The Columbus Dispatch

Justices uneasy about using cell data against suspects

- By Adam Liptak

WASHINGTON — At a lively Supreme Court argument Wednesday, a majority of the justices seemed troubled by the government’s ability to acquire troves of digital data without a warrant.

“Most Americans, I still think, want to avoid Big Brother,” said Justice Sonia Sotomayor. “They want to avoid the concept that government will be able to see and locate you anywhere you are, at any point in time.”

At least five justices seemed prepared to limit the government’s power to obtain records from cellphone companies showing their customers’ locations over long periods of time. But there was no consensus about a rationale for a decision or about how far the court was prepared to go to reshape long-standing constituti­onal doctrines that allow the government to obtain business records held by third parties.

The case concerns Timothy Ivory Carpenter, who was convicted in robberies of Radio Shack and T-Mobile stores in Michigan and Ohio, based in part on records provided by his cellular carrier showing his movements over several months. Nathan Freed Wessler, a lawyer for Carpenter, said prosecutor­s had violated the Fourth Amendment, which bars unreasonab­le searches, by failing to get a warrant. Carpenter is serving a 116-year sentence.
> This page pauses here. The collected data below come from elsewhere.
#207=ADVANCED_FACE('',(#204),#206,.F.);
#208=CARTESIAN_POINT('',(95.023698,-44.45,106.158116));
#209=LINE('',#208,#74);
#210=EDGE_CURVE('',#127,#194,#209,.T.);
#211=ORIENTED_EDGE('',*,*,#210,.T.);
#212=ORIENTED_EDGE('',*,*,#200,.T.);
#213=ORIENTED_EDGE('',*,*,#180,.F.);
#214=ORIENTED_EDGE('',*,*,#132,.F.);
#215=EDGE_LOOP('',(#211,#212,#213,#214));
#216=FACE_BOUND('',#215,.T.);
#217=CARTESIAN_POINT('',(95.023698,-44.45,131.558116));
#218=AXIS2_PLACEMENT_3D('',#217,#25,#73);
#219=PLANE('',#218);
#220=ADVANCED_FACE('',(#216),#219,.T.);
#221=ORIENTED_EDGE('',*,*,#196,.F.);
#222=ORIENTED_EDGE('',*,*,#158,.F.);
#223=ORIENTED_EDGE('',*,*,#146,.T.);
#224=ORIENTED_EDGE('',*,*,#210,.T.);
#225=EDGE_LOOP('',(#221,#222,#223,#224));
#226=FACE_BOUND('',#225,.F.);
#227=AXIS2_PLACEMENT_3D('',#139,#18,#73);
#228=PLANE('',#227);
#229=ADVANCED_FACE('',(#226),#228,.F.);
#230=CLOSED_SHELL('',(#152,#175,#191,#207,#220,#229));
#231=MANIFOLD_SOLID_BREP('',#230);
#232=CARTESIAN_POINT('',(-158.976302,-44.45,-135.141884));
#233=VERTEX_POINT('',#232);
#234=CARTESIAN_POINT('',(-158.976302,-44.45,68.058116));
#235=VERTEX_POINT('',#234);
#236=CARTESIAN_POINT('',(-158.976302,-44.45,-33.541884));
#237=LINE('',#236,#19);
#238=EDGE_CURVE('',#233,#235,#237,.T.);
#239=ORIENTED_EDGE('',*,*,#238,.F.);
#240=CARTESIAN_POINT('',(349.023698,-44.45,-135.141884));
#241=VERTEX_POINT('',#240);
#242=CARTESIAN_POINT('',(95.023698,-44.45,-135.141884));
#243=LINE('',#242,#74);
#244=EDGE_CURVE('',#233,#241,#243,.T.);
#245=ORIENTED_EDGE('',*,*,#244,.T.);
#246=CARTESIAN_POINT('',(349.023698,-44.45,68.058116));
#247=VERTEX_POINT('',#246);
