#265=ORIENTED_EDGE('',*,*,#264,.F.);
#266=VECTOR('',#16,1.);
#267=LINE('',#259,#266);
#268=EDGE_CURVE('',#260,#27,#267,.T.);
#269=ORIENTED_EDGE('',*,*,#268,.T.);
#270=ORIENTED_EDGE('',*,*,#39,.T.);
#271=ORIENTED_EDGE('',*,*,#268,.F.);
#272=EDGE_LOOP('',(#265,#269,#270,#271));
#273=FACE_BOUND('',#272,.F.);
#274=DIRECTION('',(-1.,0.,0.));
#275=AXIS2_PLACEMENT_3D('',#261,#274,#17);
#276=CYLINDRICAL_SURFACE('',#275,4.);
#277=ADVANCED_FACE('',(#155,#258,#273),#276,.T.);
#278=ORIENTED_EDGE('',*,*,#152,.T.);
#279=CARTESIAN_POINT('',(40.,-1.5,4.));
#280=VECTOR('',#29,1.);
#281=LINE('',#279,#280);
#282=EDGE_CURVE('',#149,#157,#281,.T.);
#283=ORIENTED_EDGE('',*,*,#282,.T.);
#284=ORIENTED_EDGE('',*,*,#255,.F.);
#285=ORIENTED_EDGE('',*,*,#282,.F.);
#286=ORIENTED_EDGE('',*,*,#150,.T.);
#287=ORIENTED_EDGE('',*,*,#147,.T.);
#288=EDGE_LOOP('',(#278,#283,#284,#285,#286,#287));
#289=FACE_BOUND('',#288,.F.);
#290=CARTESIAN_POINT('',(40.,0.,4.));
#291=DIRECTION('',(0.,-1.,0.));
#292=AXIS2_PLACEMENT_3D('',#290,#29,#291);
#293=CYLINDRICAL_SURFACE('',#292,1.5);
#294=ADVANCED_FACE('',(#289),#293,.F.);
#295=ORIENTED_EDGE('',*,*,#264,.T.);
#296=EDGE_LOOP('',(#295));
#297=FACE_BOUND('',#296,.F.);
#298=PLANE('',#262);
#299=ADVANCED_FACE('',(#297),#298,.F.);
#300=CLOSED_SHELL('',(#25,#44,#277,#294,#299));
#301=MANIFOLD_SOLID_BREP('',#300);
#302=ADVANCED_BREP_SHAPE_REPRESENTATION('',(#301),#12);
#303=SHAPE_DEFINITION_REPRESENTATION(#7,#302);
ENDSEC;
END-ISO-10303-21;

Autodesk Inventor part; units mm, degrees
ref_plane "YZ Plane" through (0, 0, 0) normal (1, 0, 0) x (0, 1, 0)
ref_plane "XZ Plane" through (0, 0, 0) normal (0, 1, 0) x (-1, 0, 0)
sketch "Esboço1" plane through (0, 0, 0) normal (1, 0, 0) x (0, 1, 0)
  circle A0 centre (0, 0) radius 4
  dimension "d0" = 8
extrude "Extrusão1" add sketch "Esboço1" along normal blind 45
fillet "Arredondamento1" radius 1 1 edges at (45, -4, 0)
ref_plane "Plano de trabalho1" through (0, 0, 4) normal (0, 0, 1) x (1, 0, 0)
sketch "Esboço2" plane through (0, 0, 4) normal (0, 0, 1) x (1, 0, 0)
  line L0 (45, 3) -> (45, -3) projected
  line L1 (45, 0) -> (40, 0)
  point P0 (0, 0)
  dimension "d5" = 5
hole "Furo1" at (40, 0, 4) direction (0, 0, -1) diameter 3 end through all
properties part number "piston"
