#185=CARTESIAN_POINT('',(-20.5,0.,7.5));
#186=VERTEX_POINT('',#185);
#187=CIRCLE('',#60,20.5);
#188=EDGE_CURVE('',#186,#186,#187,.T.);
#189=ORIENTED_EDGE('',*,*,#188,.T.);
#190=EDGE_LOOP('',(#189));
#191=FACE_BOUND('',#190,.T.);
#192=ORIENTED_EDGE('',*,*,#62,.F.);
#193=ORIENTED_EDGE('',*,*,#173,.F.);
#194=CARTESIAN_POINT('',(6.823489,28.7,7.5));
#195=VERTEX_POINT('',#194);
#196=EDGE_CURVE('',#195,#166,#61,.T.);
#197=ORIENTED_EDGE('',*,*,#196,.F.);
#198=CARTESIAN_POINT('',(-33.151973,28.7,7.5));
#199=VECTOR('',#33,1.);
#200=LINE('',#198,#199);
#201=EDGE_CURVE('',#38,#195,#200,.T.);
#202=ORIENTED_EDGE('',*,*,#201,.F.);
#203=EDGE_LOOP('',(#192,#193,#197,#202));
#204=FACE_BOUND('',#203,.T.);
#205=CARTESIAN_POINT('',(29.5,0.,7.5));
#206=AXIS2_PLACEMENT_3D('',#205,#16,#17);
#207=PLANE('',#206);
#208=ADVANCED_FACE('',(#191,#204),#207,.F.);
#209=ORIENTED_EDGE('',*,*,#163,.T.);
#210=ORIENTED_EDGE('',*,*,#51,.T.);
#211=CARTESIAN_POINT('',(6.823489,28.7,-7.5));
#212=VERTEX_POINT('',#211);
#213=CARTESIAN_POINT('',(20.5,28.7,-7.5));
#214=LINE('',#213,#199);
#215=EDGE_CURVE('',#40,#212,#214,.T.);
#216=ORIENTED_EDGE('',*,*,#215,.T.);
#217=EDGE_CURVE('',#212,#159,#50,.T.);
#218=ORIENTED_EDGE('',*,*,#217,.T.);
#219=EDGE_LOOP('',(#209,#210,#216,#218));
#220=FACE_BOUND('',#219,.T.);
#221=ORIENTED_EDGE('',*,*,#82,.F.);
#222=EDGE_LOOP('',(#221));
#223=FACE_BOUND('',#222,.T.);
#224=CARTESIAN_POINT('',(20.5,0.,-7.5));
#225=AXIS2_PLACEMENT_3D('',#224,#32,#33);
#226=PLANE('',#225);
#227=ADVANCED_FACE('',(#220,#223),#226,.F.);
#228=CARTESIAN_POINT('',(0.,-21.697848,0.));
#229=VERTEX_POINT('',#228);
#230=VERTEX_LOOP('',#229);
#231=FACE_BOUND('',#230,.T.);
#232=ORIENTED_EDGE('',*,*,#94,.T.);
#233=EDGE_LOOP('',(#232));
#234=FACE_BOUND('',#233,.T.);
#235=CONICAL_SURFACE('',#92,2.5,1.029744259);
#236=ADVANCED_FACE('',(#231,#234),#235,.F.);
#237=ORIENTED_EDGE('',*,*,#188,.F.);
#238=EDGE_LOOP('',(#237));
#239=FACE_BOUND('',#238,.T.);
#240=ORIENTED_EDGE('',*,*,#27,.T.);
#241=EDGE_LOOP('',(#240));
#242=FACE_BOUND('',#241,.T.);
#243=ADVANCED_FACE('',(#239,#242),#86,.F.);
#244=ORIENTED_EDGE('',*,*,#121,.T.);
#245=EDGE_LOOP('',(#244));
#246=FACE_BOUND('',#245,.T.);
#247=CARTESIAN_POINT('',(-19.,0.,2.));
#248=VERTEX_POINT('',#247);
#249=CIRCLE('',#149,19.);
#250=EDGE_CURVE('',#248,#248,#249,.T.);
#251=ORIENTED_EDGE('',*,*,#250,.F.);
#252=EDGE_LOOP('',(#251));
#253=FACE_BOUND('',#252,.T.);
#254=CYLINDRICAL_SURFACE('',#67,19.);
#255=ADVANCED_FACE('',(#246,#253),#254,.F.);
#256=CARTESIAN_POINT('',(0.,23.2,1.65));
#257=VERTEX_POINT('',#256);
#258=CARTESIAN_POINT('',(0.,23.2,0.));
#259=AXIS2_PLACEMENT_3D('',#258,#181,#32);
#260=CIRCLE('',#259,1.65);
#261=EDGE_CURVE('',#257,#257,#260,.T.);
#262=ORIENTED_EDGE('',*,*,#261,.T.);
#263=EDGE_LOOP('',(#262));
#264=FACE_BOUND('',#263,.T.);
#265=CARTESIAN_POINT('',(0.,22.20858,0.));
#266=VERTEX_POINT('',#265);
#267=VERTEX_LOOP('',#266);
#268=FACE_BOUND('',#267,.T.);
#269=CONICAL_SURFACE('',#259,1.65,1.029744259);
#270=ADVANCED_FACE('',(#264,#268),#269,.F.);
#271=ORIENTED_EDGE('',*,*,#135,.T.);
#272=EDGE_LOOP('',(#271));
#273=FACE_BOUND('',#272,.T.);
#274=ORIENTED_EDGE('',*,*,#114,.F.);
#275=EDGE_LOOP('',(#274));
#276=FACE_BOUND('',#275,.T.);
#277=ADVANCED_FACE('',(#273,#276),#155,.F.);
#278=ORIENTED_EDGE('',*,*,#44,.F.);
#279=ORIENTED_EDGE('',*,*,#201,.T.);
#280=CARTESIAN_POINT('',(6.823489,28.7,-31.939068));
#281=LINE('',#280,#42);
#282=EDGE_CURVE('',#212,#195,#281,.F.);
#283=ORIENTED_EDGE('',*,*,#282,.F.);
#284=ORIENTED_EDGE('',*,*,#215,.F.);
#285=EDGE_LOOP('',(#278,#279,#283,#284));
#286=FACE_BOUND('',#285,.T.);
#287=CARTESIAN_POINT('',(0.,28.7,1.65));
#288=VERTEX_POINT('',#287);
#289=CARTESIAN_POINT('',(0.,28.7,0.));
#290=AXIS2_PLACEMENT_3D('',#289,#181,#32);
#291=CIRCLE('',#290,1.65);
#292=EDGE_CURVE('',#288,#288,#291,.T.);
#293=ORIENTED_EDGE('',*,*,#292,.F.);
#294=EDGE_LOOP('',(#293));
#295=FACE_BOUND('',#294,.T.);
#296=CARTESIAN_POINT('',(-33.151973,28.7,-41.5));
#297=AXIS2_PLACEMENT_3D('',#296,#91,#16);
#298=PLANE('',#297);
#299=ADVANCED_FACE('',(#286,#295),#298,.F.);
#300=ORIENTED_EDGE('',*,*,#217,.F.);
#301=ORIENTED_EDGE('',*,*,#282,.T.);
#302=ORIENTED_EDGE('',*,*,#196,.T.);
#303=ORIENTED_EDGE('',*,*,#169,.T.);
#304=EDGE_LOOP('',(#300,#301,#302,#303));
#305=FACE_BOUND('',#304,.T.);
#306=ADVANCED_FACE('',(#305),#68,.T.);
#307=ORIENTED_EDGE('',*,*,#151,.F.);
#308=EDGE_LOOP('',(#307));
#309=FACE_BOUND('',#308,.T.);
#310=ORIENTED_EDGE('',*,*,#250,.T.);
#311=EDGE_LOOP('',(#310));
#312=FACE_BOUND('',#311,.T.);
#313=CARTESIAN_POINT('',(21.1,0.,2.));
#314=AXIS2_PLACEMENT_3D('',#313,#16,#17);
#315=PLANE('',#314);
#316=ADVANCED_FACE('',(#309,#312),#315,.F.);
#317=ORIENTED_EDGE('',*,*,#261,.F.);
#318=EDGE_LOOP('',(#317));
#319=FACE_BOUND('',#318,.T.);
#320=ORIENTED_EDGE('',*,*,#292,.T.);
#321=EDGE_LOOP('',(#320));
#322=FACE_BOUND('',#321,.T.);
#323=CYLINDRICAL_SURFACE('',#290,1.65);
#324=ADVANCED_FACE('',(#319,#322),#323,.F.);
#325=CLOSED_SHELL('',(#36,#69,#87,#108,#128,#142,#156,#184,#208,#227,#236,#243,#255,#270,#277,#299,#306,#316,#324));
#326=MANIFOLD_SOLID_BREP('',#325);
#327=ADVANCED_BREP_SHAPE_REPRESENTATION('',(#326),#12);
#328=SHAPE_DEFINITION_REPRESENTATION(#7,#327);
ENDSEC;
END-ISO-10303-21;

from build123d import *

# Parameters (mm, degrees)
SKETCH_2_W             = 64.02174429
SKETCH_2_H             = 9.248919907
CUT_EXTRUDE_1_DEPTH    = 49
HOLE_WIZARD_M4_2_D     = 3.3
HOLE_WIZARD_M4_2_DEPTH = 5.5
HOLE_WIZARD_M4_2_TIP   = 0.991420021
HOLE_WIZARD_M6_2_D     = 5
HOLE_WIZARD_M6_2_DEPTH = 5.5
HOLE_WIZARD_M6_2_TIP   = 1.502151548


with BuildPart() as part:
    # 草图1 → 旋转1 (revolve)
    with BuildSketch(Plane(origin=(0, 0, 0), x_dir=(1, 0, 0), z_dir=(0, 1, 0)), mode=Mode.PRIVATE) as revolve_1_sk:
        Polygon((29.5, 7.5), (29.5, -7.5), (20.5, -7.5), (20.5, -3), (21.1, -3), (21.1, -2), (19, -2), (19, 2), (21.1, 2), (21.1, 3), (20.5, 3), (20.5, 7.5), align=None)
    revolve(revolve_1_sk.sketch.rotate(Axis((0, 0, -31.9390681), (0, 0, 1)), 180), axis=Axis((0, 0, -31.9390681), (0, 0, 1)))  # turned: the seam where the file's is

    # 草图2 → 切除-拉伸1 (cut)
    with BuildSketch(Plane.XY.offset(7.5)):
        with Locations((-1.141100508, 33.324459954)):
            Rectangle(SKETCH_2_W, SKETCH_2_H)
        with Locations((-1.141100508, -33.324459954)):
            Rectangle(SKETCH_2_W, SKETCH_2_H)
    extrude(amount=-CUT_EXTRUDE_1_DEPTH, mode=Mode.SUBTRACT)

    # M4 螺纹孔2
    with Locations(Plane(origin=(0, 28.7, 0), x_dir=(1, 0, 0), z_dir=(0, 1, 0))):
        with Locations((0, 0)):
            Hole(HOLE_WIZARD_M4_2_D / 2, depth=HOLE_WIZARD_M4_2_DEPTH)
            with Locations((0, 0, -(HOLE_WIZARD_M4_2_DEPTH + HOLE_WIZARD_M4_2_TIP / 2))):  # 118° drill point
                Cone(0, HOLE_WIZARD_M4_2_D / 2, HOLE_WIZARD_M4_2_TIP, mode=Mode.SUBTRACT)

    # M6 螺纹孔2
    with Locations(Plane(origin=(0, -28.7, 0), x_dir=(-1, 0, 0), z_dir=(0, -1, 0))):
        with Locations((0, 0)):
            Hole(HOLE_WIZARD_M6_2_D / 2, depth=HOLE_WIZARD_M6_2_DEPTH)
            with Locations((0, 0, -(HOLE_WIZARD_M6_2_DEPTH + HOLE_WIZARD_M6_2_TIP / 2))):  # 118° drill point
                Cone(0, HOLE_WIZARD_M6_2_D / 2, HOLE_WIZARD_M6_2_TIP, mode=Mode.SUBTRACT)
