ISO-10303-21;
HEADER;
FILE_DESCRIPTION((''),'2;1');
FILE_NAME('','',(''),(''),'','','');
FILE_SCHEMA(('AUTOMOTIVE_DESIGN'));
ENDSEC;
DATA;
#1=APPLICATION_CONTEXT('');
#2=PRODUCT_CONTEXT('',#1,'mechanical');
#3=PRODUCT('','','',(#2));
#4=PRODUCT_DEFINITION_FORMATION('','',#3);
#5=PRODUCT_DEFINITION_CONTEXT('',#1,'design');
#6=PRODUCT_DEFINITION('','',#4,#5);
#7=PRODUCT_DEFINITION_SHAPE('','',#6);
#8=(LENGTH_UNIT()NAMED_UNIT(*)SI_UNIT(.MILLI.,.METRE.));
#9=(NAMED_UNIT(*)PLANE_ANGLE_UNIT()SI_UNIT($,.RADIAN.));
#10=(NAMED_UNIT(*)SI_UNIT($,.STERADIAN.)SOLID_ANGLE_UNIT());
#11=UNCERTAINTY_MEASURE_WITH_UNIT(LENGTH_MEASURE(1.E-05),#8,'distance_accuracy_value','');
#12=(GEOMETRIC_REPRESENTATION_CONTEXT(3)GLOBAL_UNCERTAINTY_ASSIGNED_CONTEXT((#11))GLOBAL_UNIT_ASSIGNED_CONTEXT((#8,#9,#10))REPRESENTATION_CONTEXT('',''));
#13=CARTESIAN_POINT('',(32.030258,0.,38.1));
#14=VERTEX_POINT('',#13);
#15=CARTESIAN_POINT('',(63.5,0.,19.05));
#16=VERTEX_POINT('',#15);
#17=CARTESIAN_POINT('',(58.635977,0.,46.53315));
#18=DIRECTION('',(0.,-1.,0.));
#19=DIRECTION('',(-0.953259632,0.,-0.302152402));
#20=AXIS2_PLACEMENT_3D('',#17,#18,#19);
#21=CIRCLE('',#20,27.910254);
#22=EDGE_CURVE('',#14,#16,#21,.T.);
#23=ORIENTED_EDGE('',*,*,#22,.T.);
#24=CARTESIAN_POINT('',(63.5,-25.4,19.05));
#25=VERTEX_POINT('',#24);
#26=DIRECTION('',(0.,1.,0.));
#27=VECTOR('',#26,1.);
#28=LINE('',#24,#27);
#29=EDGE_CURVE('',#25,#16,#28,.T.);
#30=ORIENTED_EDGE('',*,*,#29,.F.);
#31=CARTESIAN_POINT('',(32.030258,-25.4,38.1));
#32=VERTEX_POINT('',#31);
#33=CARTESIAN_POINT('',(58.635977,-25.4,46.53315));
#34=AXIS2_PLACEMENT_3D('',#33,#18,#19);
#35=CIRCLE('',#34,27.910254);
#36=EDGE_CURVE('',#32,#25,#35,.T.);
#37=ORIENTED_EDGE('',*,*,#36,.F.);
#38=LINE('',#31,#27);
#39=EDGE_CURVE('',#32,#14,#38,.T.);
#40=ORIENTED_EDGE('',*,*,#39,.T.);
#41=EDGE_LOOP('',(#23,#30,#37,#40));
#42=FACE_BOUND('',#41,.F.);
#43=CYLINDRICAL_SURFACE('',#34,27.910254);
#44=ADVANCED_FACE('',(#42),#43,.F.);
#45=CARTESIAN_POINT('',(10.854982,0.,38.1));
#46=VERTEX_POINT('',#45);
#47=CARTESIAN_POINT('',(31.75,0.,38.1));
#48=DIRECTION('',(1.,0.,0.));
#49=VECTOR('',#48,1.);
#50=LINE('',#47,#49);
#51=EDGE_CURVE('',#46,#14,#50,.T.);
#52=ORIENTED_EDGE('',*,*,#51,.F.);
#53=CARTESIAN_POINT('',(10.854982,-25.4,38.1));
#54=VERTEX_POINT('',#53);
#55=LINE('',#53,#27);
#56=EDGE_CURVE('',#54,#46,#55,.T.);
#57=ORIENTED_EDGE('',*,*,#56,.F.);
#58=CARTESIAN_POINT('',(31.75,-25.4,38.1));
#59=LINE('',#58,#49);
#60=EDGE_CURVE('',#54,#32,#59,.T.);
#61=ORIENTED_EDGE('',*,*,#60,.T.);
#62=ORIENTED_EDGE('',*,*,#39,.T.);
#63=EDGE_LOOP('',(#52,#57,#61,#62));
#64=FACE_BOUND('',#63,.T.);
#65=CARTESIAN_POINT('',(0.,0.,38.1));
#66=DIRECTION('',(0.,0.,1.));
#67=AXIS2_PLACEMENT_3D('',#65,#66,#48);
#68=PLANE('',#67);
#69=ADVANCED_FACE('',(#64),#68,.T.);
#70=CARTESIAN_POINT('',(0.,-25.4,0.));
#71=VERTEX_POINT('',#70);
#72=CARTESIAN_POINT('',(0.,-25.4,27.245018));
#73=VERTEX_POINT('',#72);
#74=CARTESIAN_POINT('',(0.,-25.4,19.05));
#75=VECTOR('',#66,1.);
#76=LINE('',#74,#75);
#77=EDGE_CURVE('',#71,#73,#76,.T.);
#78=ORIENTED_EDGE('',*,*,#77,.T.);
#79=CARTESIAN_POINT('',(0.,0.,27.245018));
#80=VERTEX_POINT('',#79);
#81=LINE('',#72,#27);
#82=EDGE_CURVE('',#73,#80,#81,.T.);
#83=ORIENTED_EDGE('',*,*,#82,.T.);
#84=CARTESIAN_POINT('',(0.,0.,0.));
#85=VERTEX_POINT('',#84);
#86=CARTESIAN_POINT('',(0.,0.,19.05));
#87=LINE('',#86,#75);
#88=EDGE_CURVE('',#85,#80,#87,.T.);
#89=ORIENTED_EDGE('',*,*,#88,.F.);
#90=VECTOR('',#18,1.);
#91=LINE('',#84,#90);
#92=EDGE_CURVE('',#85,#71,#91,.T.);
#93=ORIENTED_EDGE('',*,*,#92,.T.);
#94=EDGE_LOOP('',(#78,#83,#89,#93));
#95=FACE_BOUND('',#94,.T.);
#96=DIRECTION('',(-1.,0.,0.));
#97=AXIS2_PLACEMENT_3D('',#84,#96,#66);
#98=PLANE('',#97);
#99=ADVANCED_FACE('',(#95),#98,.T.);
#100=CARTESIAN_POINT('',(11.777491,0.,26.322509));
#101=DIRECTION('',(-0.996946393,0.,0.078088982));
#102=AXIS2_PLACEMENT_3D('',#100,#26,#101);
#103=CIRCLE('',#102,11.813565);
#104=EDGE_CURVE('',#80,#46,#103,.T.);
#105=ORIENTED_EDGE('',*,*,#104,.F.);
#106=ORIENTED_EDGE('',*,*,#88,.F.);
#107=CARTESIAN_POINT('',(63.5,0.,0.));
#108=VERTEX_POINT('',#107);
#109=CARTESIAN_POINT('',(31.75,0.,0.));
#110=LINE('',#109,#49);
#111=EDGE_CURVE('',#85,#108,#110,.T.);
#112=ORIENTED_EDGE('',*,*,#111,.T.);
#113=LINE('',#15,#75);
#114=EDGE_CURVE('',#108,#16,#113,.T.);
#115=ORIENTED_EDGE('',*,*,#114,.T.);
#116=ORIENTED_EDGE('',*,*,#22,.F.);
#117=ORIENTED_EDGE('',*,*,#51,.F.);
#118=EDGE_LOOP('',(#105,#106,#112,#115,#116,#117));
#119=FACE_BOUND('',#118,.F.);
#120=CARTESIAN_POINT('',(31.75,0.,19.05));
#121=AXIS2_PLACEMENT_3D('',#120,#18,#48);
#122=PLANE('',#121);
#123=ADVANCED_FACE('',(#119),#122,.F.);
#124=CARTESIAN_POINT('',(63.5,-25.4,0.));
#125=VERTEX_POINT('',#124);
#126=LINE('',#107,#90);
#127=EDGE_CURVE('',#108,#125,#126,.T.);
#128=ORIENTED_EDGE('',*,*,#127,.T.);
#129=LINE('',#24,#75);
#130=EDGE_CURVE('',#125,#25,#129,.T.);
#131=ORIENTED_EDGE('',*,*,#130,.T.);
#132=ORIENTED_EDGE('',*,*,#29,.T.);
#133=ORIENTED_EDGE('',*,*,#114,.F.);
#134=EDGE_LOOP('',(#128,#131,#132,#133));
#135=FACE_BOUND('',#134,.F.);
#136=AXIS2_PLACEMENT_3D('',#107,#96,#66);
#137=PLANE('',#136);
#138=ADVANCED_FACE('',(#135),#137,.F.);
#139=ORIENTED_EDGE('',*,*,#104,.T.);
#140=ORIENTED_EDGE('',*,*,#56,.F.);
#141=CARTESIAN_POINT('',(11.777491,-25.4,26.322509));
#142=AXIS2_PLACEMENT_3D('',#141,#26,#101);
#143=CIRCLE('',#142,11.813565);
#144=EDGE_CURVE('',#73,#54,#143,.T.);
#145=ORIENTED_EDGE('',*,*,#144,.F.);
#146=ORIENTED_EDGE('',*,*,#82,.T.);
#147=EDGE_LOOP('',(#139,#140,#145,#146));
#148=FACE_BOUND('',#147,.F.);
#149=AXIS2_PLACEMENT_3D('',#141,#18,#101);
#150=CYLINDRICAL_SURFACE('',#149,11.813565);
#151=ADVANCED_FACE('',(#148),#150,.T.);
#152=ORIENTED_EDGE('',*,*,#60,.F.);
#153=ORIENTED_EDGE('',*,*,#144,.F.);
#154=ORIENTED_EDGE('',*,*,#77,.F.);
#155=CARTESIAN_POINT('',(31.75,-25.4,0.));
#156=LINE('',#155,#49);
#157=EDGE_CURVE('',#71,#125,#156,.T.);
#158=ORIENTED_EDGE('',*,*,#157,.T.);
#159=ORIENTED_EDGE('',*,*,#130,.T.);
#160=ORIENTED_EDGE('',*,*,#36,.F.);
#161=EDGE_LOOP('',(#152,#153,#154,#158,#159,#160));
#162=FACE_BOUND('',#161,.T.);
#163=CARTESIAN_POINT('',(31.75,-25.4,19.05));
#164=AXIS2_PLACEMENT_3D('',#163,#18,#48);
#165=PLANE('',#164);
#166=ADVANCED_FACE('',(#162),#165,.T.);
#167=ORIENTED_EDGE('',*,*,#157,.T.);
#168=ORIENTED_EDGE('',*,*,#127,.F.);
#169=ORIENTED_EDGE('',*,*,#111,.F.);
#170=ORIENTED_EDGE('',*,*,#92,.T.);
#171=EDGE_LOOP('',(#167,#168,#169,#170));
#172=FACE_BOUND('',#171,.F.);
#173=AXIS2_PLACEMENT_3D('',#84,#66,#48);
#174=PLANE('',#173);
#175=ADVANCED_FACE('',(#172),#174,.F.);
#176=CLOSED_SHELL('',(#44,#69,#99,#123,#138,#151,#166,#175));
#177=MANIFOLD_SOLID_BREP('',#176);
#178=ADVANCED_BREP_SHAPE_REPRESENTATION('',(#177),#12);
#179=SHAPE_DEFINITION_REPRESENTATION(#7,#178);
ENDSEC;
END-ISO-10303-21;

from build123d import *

# Parameters (mm, degrees)
F0_W     = 63.5
F0_H     = 38.1
F1_DEPTH = 25.4
F3_DEPTH = 25.4
F5_DEPTH = 25.4


with BuildPart() as f1:
    # F0 (on Front) → F1 (new body)
    with BuildSketch(Plane.XZ):
        with Locations((31.75, 19.05)):
            Rectangle(F0_W, F0_H)
    extrude(amount=F1_DEPTH)

    # F2 (on face) → F3 (cut)
    with BuildSketch(Plane.XZ.offset(25.4)):
        with BuildLine():
            ThreePointArc((0, 27.2450184846), (3.4240390206, 34.6759609794), (10.8549815154, 38.1))
            Line((10.8549815154, 38.1), (0, 38.1))
            Line((0, 38.1), (0, 27.2450184846))
        make_face()
    extrude(amount=-F3_DEPTH, mode=Mode.SUBTRACT)

    # F4 (on face) → F5 (cut)
    with BuildSketch(Plane.XZ.offset(25.4)):
        with BuildLine():
            Line((63.5, 19.05), (63.5, 38.1))
            Line((63.5, 38.1), (32.0302583277, 38.1))
            ThreePointArc((32.0302583277, 38.1), (44.1825704722, 22.6567744591), (63.5, 19.05))
        make_face()
    extrude(amount=-F5_DEPTH, mode=Mode.SUBTRACT)


solid = f1.part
A ruling in Carpenter’s favor could revise a fundamenta­l Fourth Amendment principle: that people have no reasonable expectatio­n of privacy when they voluntaril­y turn over informatio­n to a third party, like a phone company.

“This new technology is raising very serious privacy concerns,” Justice Samuel Alito told Wessler, “but I need to know how much of existing precedent you want us to overrule or declare obsolete.”

The court’s decision will apply the Fourth Amendment, drafted in the 18th century, to a world in which people’s movements are continuall­y recorded by devices in their pockets and cars, by toll plazas and by transit systems.